The People also adduced legally sufficient proof with respect to the count of tampering with physical evidence, and the verdict of guilt on that count was not against the weight of the evidence (see People v. Green, 54 AD3d 603; People v. Grier, 47 AD3d 729, 730; People v. Lucas, 25 AD3d 822, 823; People v. Higgins, 299 A.D.2d 841, 843; People v. Bussey, 295 A.D.2d 444, 444).
The record demonstrates that the defendant was afforded the effective assistance of counsel (see People v. Taylor, 1 NY3d 174; People v.

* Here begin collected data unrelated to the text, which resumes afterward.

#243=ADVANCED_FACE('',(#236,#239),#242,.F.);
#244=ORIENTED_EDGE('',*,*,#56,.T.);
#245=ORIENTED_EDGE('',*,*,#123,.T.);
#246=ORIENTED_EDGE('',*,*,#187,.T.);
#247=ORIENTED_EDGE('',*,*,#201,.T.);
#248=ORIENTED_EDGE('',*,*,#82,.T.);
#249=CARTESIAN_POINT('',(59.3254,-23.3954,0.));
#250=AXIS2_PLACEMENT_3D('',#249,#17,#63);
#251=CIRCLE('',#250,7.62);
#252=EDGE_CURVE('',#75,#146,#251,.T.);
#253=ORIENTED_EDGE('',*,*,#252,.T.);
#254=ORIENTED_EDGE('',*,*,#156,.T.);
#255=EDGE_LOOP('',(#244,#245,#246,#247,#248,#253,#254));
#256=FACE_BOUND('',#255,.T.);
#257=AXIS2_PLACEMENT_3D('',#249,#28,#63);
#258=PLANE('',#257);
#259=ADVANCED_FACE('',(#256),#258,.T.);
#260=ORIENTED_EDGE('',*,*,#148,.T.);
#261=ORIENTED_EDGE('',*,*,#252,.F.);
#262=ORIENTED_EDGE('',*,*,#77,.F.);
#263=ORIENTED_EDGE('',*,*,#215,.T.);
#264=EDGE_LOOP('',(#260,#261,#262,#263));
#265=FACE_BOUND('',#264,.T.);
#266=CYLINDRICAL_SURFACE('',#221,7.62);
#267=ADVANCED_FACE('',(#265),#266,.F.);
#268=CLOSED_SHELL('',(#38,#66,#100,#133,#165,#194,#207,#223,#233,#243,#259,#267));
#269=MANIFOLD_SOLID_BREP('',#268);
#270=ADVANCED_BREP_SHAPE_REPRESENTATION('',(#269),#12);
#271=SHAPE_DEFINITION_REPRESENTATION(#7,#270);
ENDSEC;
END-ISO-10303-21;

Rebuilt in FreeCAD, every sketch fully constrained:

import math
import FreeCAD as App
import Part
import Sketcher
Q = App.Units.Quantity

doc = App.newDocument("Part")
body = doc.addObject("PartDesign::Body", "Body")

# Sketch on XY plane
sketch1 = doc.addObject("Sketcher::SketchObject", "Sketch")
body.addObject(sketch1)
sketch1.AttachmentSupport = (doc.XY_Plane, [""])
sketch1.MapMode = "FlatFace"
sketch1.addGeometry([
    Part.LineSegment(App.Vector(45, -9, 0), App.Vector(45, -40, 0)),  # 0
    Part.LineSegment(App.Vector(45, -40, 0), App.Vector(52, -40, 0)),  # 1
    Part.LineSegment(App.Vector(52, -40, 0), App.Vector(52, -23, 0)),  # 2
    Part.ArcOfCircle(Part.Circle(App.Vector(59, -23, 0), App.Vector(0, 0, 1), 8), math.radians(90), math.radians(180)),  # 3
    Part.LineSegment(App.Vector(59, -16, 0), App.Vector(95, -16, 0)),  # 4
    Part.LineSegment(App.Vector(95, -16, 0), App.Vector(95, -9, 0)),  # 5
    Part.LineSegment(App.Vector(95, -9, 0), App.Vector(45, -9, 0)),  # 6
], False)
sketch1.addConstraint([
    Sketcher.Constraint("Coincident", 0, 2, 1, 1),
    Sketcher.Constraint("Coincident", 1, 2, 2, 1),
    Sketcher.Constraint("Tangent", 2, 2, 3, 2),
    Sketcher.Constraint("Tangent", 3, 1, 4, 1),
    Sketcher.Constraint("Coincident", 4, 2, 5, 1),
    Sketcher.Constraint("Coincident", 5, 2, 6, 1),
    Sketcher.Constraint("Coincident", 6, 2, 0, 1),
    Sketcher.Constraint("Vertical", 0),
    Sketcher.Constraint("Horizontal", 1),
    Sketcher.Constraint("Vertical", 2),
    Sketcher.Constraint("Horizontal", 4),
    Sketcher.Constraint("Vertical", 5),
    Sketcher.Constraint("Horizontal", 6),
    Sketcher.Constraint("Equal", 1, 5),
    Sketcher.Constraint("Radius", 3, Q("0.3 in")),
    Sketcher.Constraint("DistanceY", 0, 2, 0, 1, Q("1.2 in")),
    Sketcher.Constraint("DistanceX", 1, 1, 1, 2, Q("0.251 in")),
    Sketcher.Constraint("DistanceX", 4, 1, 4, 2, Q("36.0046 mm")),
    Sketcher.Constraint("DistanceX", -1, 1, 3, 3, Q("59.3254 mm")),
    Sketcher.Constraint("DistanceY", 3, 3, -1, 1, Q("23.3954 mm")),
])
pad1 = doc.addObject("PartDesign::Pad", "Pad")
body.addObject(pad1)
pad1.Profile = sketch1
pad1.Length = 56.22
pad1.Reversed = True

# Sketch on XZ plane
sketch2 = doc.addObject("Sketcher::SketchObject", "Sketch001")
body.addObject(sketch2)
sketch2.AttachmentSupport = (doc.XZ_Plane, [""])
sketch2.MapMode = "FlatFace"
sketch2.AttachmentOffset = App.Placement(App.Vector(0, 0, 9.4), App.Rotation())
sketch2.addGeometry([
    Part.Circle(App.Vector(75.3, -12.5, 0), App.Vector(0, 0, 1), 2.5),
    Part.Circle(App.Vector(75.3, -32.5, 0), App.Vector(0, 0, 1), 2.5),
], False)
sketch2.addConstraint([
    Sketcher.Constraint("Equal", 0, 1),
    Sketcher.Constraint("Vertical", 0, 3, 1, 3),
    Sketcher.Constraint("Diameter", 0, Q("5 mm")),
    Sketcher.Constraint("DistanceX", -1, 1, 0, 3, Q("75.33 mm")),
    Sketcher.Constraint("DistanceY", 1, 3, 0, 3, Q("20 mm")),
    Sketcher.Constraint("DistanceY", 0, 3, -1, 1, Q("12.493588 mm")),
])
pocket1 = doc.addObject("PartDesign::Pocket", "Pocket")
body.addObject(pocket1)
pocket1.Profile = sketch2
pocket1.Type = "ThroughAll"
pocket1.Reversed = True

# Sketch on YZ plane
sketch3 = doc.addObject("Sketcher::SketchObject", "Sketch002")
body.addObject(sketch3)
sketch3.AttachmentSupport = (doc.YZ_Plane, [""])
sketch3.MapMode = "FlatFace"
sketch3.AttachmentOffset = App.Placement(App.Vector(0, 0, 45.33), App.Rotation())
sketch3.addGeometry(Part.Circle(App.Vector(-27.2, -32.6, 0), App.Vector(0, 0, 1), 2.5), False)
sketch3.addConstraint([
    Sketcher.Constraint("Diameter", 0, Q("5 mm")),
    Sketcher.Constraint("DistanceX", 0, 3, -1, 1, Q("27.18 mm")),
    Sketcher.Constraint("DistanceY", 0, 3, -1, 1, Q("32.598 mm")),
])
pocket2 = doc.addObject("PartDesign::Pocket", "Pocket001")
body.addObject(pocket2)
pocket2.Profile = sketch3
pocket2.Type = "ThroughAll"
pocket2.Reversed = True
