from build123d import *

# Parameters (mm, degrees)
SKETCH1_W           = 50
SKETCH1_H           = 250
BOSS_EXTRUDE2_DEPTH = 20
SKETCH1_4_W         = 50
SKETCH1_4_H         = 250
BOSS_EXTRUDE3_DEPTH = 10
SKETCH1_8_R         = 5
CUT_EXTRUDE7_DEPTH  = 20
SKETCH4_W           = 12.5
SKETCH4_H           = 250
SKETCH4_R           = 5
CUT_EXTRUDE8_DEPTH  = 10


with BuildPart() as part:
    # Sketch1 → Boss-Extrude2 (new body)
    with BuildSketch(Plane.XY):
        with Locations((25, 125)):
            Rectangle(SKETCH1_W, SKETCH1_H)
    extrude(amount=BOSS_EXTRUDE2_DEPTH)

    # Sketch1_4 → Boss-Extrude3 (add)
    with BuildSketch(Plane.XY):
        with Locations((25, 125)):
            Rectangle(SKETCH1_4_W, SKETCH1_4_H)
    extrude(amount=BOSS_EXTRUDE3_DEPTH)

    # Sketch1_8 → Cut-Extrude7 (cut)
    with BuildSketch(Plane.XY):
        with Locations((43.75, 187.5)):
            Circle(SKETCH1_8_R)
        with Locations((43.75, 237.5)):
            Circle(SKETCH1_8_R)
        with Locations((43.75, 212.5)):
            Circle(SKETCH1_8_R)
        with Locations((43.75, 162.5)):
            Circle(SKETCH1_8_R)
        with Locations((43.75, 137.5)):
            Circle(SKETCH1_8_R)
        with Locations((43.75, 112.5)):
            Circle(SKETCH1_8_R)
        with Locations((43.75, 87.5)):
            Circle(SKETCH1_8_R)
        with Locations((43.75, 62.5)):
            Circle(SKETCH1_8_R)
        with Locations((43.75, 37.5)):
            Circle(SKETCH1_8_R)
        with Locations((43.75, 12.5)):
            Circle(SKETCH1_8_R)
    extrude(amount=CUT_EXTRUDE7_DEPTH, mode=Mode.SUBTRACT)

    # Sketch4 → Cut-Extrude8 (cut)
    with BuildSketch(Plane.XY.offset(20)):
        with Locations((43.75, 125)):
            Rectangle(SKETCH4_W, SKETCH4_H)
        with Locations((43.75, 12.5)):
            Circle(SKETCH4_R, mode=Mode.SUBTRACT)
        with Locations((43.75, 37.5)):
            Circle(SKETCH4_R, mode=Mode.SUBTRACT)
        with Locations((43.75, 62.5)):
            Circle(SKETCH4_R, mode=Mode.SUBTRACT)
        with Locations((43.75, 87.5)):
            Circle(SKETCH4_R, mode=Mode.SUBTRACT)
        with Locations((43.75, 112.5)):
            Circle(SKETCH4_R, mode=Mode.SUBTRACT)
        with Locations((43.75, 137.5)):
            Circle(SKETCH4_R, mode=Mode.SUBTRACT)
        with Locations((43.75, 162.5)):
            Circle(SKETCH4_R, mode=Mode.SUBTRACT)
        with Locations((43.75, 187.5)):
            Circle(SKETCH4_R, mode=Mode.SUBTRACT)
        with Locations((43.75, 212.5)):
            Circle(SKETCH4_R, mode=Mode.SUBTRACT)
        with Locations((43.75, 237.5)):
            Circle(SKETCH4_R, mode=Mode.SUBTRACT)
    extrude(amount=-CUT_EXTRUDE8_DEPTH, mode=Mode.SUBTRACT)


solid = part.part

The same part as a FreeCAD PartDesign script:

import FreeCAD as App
import Part
import Sketcher

V = App.Vector
Q = App.Units.Quantity


def add_polygon(sketch, points):
    """Adds a closed chain of lines whose ends are joined by coincident constraints."""
    first, n = sketch.GeometryCount, len(points)
    for a, b in zip(points, points[1:] + points[:1]):
        sketch.addGeometry(Part.LineSegment(App.Vector(*a, 0), App.Vector(*b, 0)), False)
    for i in range(n):
        sketch.addConstraint(Sketcher.Constraint("Coincident", first + i, 2, first + (i + 1) % n, 1))

doc = App.newDocument("Part")
body = doc.addObject("PartDesign::Body", "Body")

# Sketch on XY plane
sketch1 = body.newObject("Sketcher::SketchObject", "Sketch")
sketch1.AttachmentSupport = (doc.getObject("XY_Plane"), [""])
sketch1.MapMode = "FlatFace"
add_polygon(sketch1, [(0, 250), (0, 0), (50, 0), (50, 250)])  # lines 0-3
sketch1.addConstraint([
    Sketcher.Constraint("Vertical", 0),
    Sketcher.Constraint("Horizontal", 1),
    Sketcher.Constraint("Vertical", 2),
    Sketcher.Constraint("Horizontal", 3),
    Sketcher.Constraint("Coincident", 0, 2, -1, 1),
    Sketcher.Constraint("DistanceX", 1, 1, 1, 2, Q("50 mm")),
    Sketcher.Constraint("DistanceY", 0, 2, 0, 1, Q("250 mm")),
])
pad1 = body.newObject("PartDesign::Pad", "Pad")
pad1.Profile = sketch1
pad1.Length = 20

# Sketch on XY plane
sketch2 = body.newObject("Sketcher::SketchObject", "Sketch001")
sketch2.AttachmentSupport = (doc.getObject("XY_Plane"), [""])
sketch2.MapMode = "FlatFace"
add_polygon(sketch2, [(0, 250), (0, 0), (50, 0), (50, 250)])  # lines 0-3
sketch2.addConstraint([
    Sketcher.Constraint("Vertical", 0),
    Sketcher.Constraint("Horizontal", 1),
    Sketcher.Constraint("Vertical", 2),
    Sketcher.Constraint("Horizontal", 3),
    Sketcher.Constraint("Coincident", 0, 2, -1, 1),
    Sketcher.Constraint("DistanceX", 1, 1, 1, 2, Q("50 mm")),
    Sketcher.Constraint("DistanceY", 0, 2, 0, 1, Q("250 mm")),
])
pad2 = body.newObject("PartDesign::Pad", "Pad001")
pad2.Profile = sketch2
pad2.Length = 10

# Sketch on XY plane
sketch3 = body.newObject("Sketcher::SketchObject", "Sketch002")
sketch3.AttachmentSupport = (doc.getObject("XY_Plane"), [""])
sketch3.MapMode = "FlatFace"
sketch3.addGeometry([
    Part.Circle(V(43.75, 187.5, 0), V(0, 0, 1), 5),  # 0
    Part.Circle(V(43.75, 237.5, 0), V(0, 0, 1), 5),  # 1
    Part.Circle(V(43.75, 212.5, 0), V(0, 0, 1), 5),  # 2
    Part.Circle(V(43.75, 162.5, 0), V(0, 0, 1), 5),  # 3
    Part.Circle(V(43.75, 137.5, 0), V(0, 0, 1), 5),  # 4
    Part.Circle(V(43.75, 112.5, 0), V(0, 0, 1), 5),  # 5
    Part.Circle(V(43.75, 87.5, 0), V(0, 0, 1), 5),  # 6
    Part.Circle(V(43.75, 62.5, 0), V(0, 0, 1), 5),  # 7
    Part.Circle(V(43.75, 37.5, 0), V(0, 0, 1), 5),  # 8
    Part.Circle(V(43.75, 12.5, 0), V(0, 0, 1), 5),  # 9
], False)
sketch3.addConstraint([
    Sketcher.Constraint("Equal", 0, 1),
    Sketcher.Constraint("Equal", 1, 2),
    Sketcher.Constraint("Equal", 2, 3),
    Sketcher.Constraint("Equal", 3, 4),
    Sketcher.Constraint("Equal", 4, 5),
    Sketcher.Constraint("Equal", 5, 6),
    Sketcher.Constraint("Equal", 6, 7),
    Sketcher.Constraint("Equal", 7, 8),
    Sketcher.Constraint("Equal", 8, 9),
    Sketcher.Constraint("Vertical", 0, 3, 1, 3),
    Sketcher.Constraint("Vertical", 1, 3, 2, 3),
    Sketcher.Constraint("Vertical", 2, 3, 3, 3),
    Sketcher.Constraint("Vertical", 3, 3, 4, 3),
    Sketcher.Constraint("Vertical", 4, 3, 5, 3),
    Sketcher.Constraint("Vertical", 5, 3, 6, 3),
    Sketcher.Constraint("Vertical", 6, 3, 7, 3),
    Sketcher.Constraint("Vertical", 7, 3, 8, 3),
    Sketcher.Constraint("Vertical", 8, 3, 9, 3),
    Sketcher.Constraint("Diameter", 0, Q("10 mm")),
    Sketcher.Constraint("DistanceY", 0, 3, 1, 3, Q("50 mm")),
    Sketcher.Constraint("DistanceY", 0, 3, 2, 3, Q("25 mm")),
    Sketcher.Constraint("DistanceY", 3, 3, 0, 3, Q("25 mm")),
    Sketcher.Constraint("DistanceY", 4, 3, 3, 3, Q("25 mm")),
    Sketcher.Constraint("DistanceY", 5, 3, 4, 3, Q("25 mm")),
    Sketcher.Constraint("DistanceY", 6, 3, 5, 3, Q("25 mm")),
    Sketcher.Constraint("DistanceY", 7, 3, 6, 3, Q("25 mm")),
    Sketcher.Constraint("DistanceY", 8, 3, 7, 3, Q("25 mm")),
    Sketcher.Constraint("DistanceY", 9, 3, 8, 3, Q("25 mm")),
    Sketcher.Constraint("DistanceY", -1, 1, 0, 3, Q("187.5 mm")),
    Sketcher.Constraint("DistanceX", -1, 1, 0, 3, Q("43.75 mm")),
])
pocket1 = body.newObject("PartDesign::Pocket", "Pocket")
pocket1.Profile = sketch3
pocket1.Length = 20
pocket1.Reversed = True

# Sketch on XY plane
sketch4 = body.newObject("Sketcher::SketchObject", "Sketch003")
sketch4.AttachmentSupport = (doc.getObject("XY_Plane"), [""])
sketch4.MapMode = "FlatFace"
sketch4.AttachmentOffset = App.Placement(V(0, 0, 20), App.Rotation())
add_polygon(sketch4, [(37.5, 250), (37.5, 0), (50, 0), (50, 250)])  # lines 0-3
sketch4.addGeometry(Part.Circle(V(43.75, 12.5, 0), V(0, 0, 1), 5), False)  # 4
sketch4.addGeometry(Part.Circle(V(43.75, 37.5, 0), V(0, 0, 1), 5), False)  # 5
sketch4.addGeometry(Part.Circle(V(43.75, 62.5, 0), V(0, 0, 1), 5), False)  # 6
sketch4.addGeometry(Part.Circle(V(43.75, 87.5, 0), V(0, 0, 1), 5), False)  # 7
sketch4.addGeometry(Part.Circle(V(43.75, 112.5, 0), V(0, 0, 1), 5), False)  # 8
sketch4.addGeometry(Part.Circle(V(43.75, 137.5, 0), V(0, 0, 1), 5), False)  # 9
sketch4.addGeometry(Part.Circle(V(43.75, 162.5, 0), V(0, 0, 1), 5), False)  # 10
sketch4.addGeometry(Part.Circle(V(43.75, 187.5, 0), V(0, 0, 1), 5), False)  # 11
sketch4.addGeometry(Part.Circle(V(43.75, 212.5, 0), V(0, 0, 1), 5), False)  # 12
sketch4.addGeometry(Part.Circle(V(43.75, 237.5, 0), V(0, 0, 1), 5), False)  # 13
sketch4.addConstraint([
    Sketcher.Constraint("Vertical", 0),
    Sketcher.Constraint("Horizontal", 1),
    Sketcher.Constraint("Vertical", 2),
    Sketcher.Constraint("Horizontal", 3),
    Sketcher.Constraint("Equal", 4, 5),
    Sketcher.Constraint("Equal", 5, 6),
    Sketcher.Constraint("Equal", 6, 7),
    Sketcher.Constraint("Equal", 7, 8),
    Sketcher.Constraint("Equal", 8, 9),
    Sketcher.Constraint("Equal", 9, 10),
    Sketcher.Constraint("Equal", 10, 11),
    Sketcher.Constraint("Equal", 11, 12),
    Sketcher.Constraint("Equal", 12, 13),
    Sketcher.Constraint("PointOnObject", 0, 2, -1),
    Sketcher.Constraint("Vertical", 4, 3, 5, 3),
    Sketcher.Constraint("Vertical", 5, 3, 6, 3),
    Sketcher.Constraint("Vertical", 6, 3, 7, 3),
    Sketcher.Constraint("Vertical", 7, 3, 8, 3),
    Sketcher.Constraint("Vertical", 8, 3, 9, 3),
    Sketcher.Constraint("Vertical", 9, 3, 10, 3),
    Sketcher.Constraint("Vertical", 10, 3, 11, 3),
    Sketcher.Constraint("Vertical", 11, 3, 12, 3),
    Sketcher.Constraint("Vertical", 12, 3, 13, 3),
    Sketcher.Constraint("Diameter", 4, Q("10 mm")),
    Sketcher.Constraint("DistanceY", 0, 2, 0, 1, Q("250 mm")),
    Sketcher.Constraint("DistanceX", 1, 1, 1, 2, Q("12.5 mm")),
    Sketcher.Constraint("DistanceX", -1, 1, 1, 2, Q("50 mm")),
    Sketcher.Constraint("DistanceY", 4, 3, 5, 3, Q("25 mm")),
    Sketcher.Constraint("DistanceY", 5, 3, 6, 3, Q("25 mm")),
    Sketcher.Constraint("DistanceY", 6, 3, 7, 3, Q("25 mm")),
    Sketcher.Constraint("DistanceY", 7, 3, 8, 3, Q("25 mm")),
    Sketcher.Constraint("DistanceY", 8, 3, 9, 3, Q("25 mm")),
    Sketcher.Constraint("DistanceY", 9, 3, 10, 3, Q("25 mm")),
    Sketcher.Constraint("DistanceY", 10, 3, 11, 3, Q("25 mm")),
    Sketcher.Constraint("DistanceY", 11, 3, 12, 3, Q("25 mm")),
    Sketcher.Constraint("DistanceY", 12, 3, 13, 3, Q("25 mm")),
    Sketcher.Constraint("DistanceY", -1, 1, 4, 3, Q("12.5 mm")),
    Sketcher.Constraint("DistanceX", -1, 1, 4, 3, Q("43.75 mm")),
])
pocket2 = body.newObject("PartDesign::Pocket", "Pocket001")
pocket2.Profile = sketch4
pocket2.Length = 10

doc.recompute()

Benevento, 91 N.Y.2d 708, 711–713; People v. Hernandez, 49 AD3d 335, 336; People v. Winchell, 46 AD3d 1096, 1098).
The defendant failed to preserve for appellate review his contention that the Supreme Court relied on purportedly misleading information in the presentence report (see CPL 470.05[2]; People v. Baez, 52 AD3d 840; People v. Butler, 10 AD3d 368, 368–369). In any event, that contention is without merit (see People v. Hansen, 99 N.Y.2d 339, 346; People v. Guevara, 68 AD3d 1738, 1739; People v. Baez, 52 AD3d at 840).
The sentence imposed was not excessive (see People v. Suitte, 90 A.D.2d 80).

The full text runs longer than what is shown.